Please print out every line of the material, unchanged.
........
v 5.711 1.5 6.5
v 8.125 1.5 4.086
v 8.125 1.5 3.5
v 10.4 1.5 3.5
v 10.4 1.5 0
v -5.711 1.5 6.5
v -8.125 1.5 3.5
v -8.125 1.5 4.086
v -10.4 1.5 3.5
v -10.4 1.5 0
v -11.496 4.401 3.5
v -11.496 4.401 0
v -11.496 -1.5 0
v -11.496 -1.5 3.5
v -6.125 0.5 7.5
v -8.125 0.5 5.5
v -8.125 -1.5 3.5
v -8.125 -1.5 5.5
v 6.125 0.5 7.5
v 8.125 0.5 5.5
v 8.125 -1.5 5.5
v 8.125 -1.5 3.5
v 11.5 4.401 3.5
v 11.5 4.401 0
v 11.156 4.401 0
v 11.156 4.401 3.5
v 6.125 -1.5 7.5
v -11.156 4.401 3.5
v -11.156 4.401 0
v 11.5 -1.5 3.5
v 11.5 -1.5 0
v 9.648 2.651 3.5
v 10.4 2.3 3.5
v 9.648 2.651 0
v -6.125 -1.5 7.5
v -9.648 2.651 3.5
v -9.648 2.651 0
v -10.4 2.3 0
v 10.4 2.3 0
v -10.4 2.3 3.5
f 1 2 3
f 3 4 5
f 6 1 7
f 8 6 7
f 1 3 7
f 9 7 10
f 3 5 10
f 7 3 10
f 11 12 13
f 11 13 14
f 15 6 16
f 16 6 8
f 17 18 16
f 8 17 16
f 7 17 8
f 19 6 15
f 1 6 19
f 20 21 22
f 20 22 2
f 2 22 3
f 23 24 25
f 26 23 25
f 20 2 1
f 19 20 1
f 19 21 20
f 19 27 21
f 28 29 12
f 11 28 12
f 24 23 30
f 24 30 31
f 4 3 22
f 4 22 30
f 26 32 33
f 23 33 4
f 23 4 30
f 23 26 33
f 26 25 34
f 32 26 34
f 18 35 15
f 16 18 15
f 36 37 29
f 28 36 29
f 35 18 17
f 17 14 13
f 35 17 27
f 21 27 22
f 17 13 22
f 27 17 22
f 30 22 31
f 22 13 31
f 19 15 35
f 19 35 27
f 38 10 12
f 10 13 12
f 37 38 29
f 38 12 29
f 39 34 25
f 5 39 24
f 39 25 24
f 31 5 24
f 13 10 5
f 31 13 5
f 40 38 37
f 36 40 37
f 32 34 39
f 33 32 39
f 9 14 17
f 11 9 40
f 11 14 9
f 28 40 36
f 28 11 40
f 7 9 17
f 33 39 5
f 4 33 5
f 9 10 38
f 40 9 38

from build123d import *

# Parameters (mm, degrees)
RESSALTO_EXTRUS_O1_DEPTH = 3.5
ESBO_O3_W                = 3.5
ESBO_O3_H                = 5.900568868
CORTE_EXTRUS_O1_DEPTH    = 0.5
ESBO_O4_W                = 3.5
ESBO_O4_H                = 5.900568868
CORTE_EXTRUS_O2_DEPTH    = 0.5
ESBO_O5_W                = 16.25
ESBO_O5_H                = 3
RESSALTO_EXTRUS_O2_DEPTH = 4
CHANFRO1_SIZE            = 2
CHANFRO4_SIZE            = 1


with BuildPart() as part:
    # Esboço2 → Ressalto-extrusão1 (new body)
    with BuildSketch(Plane.XY):
        Polygon((12, 4.400568868), (11.156062048, 4.400568868), (9.648231551, 2.650555385), (10.4, 2.3), (10.4, 1.5), (-10.4, 1.5), (-10.4, 2.3), (-9.648231551, 2.650555385), (-11.156062048, 4.400568868), (-11.996, 4.400568868), (-11.996, -1.5), (12, -1.5), align=None)
    extrude(amount=RESSALTO_EXTRUS_O1_DEPTH)

    # Esboço3 → Corte-extrusão1 (cut)
    with BuildSketch(Plane(origin=(12, 0, 0), x_dir=(0, 0, -1), z_dir=(1, 0, 0))):
        with Locations((-1.75, 1.450284434)):
            Rectangle(ESBO_O3_W, ESBO_O3_H)
    extrude(amount=-CORTE_EXTRUS_O1_DEPTH, mode=Mode.SUBTRACT)

    # Esboço4 → Corte-extrusão2 (cut)
    with BuildSketch(Plane.ZY.offset(11.996)):
        with Locations((1.75, 1.450284434)):
            Rectangle(ESBO_O4_W, ESBO_O4_H)
    extrude(amount=-CORTE_EXTRUS_O2_DEPTH, mode=Mode.SUBTRACT)

    # Esboço5 → Ressalto-extrusão2 (add)
    with BuildSketch(Plane.XY.offset(3.5)):
        Rectangle(ESBO_O5_W, ESBO_O5_H)
    extrude(amount=RESSALTO_EXTRUS_O2_DEPTH)

    # Chanfro1
    chanfro1_edges = [part.edges().sort_by_distance(p)[0] for p in [
        (8.125, 0, 7.5),
        (-8.125, 0, 7.5),
    ]]
    chamfer(chanfro1_edges, length=CHANFRO1_SIZE)

    # Chanfro4
    chanfro4_edges = [part.edges().sort_by_distance(p)[0] for p in [
        (0, 1.5, 7.5),
        (7.125, 1.5, 6.5),
        (-7.125, 1.5, 6.5),
    ]]
    chamfer(chanfro4_edges, length=CHANFRO4_SIZE)


solid = part.part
........
Task response >>
v 5.711 1.5 6.5
v 8.125 1.5 4.086
v 8.125 1.5 3.5
v 10.4 1.5 3.5
v 10.4 1.5 0
v -5.711 1.5 6.5
v -8.125 1.5 3.5
v -8.125 1.5 4.086
v -10.4 1.5 3.5
v -10.4 1.5 0
v -11.496 4.401 3.5
v -11.496 4.401 0
v -11.496 -1.5 0
v -11.496 -1.5 3.5
v -6.125 0.5 7.5
v -8.125 0.5 5.5
v -8.125 -1.5 3.5
v -8.125 -1.5 5.5
v 6.125 0.5 7.5
v 8.125 0.5 5.5
v 8.125 -1.5 5.5
v 8.125 -1.5 3.5
v 11.5 4.401 3.5
v 11.5 4.401 0
v 11.156 4.401 0
v 11.156 4.401 3.5
v 6.125 -1.5 7.5
v -11.156 4.401 3.5
v -11.156 4.401 0
v 11.5 -1.5 3.5
v 11.5 -1.5 0
v 9.648 2.651 3.5
v 10.4 2.3 3.5
v 9.648 2.651 0
v -6.125 -1.5 7.5
v -9.648 2.651 3.5
v -9.648 2.651 0
v -10.4 2.3 0
v 10.4 2.3 0
v -10.4 2.3 3.5
f 1 2 3
f 3 4 5
f 6 1 7
f 8 6 7
f 1 3 7
f 9 7 10
f 3 5 10
f 7 3 10
f 11 12 13
f 11 13 14
f 15 6 16
f 16 6 8
f 17 18 16
f 8 17 16
f 7 17 8
f 19 6 15
f 1 6 19
f 20 21 22
f 20 22 2
f 2 22 3
f 23 24 25
f 26 23 25
f 20 2 1
f 19 20 1
f 19 21 20
f 19 27 21
f 28 29 12
f 11 28 12
f 24 23 30
f 24 30 31
f 4 3 22
f 4 22 30
f 26 32 33
f 23 33 4
f 23 4 30
f 23 26 33
f 26 25 34
f 32 26 34
f 18 35 15
f 16 18 15
f 36 37 29
f 28 36 29
f 35 18 17
f 17 14 13
f 35 17 27
f 21 27 22
f 17 13 22
f 27 17 22
f 30 22 31
f 22 13 31
f 19 15 35
f 19 35 27
f 38 10 12
f 10 13 12
f 37 38 29
f 38 12 29
f 39 34 25
f 5 39 24
f 39 25 24
f 31 5 24
f 13 10 5
f 31 13 5
f 40 38 37
f 36 40 37
f 32 34 39
f 33 32 39
f 9 14 17
f 11 9 40
f 11 14 9
f 28 40 36
f 28 11 40
f 7 9 17
f 33 39 5
f 4 33 5
f 9 10 38
f 40 9 38

from build123d import *

# Parameters (mm, degrees)
RESSALTO_EXTRUS_O1_DEPTH = 3.5
ESBO_O3_W                = 3.5
ESBO_O3_H                = 5.900568868
CORTE_EXTRUS_O1_DEPTH    = 0.5
ESBO_O4_W                = 3.5
ESBO_O4_H                = 5.900568868
CORTE_EXTRUS_O2_DEPTH    = 0.5
ESBO_O5_W                = 16.25
ESBO_O5_H                = 3
RESSALTO_EXTRUS_O2_DEPTH = 4
CHANFRO1_SIZE            = 2
CHANFRO4_SIZE            = 1


with BuildPart() as part:
    # Esboço2 → Ressalto-extrusão1 (new body)
    with BuildSketch(Plane.XY):
        Polygon((12, 4.400568868), (11.156062048, 4.400568868), (9.648231551, 2.650555385), (10.4, 2.3), (10.4, 1.5), (-10.4, 1.5), (-10.4, 2.3), (-9.648231551, 2.650555385), (-11.156062048, 4.400568868), (-11.996, 4.400568868), (-11.996, -1.5), (12, -1.5), align=None)
    extrude(amount=RESSALTO_EXTRUS_O1_DEPTH)

    # Esboço3 → Corte-extrusão1 (cut)
    with BuildSketch(Plane(origin=(12, 0, 0), x_dir=(0, 0, -1), z_dir=(1, 0, 0))):
        with Locations((-1.75, 1.450284434)):
            Rectangle(ESBO_O3_W, ESBO_O3_H)
    extrude(amount=-CORTE_EXTRUS_O1_DEPTH, mode=Mode.SUBTRACT)

    # Esboço4 → Corte-extrusão2 (cut)
    with BuildSketch(Plane.ZY.offset(11.996)):
        with Locations((1.75, 1.450284434)):
            Rectangle(ESBO_O4_W, ESBO_O4_H)
    extrude(amount=-CORTE_EXTRUS_O2_DEPTH, mode=Mode.SUBTRACT)

    # Esboço5 → Ressalto-extrusão2 (add)
    with BuildSketch(Plane.XY.offset(3.5)):
        Rectangle(ESBO_O5_W, ESBO_O5_H)
    extrude(amount=RESSALTO_EXTRUS_O2_DEPTH)

    # Chanfro1
    chanfro1_edges = [part.edges().sort_by_distance(p)[0] for p in [
        (8.125, 0, 7.5),
        (-8.125, 0, 7.5),
    ]]
    chamfer(chanfro1_edges, length=CHANFRO1_SIZE)

    # Chanfro4
    chanfro4_edges = [part.edges().sort_by_distance(p)[0] for p in [
        (0, 1.5, 7.5),
        (7.125, 1.5, 6.5),
        (-7.125, 1.5, 6.5),
    ]]
    chamfer(chanfro4_edges, length=CHANFRO4_SIZE)


solid = part.part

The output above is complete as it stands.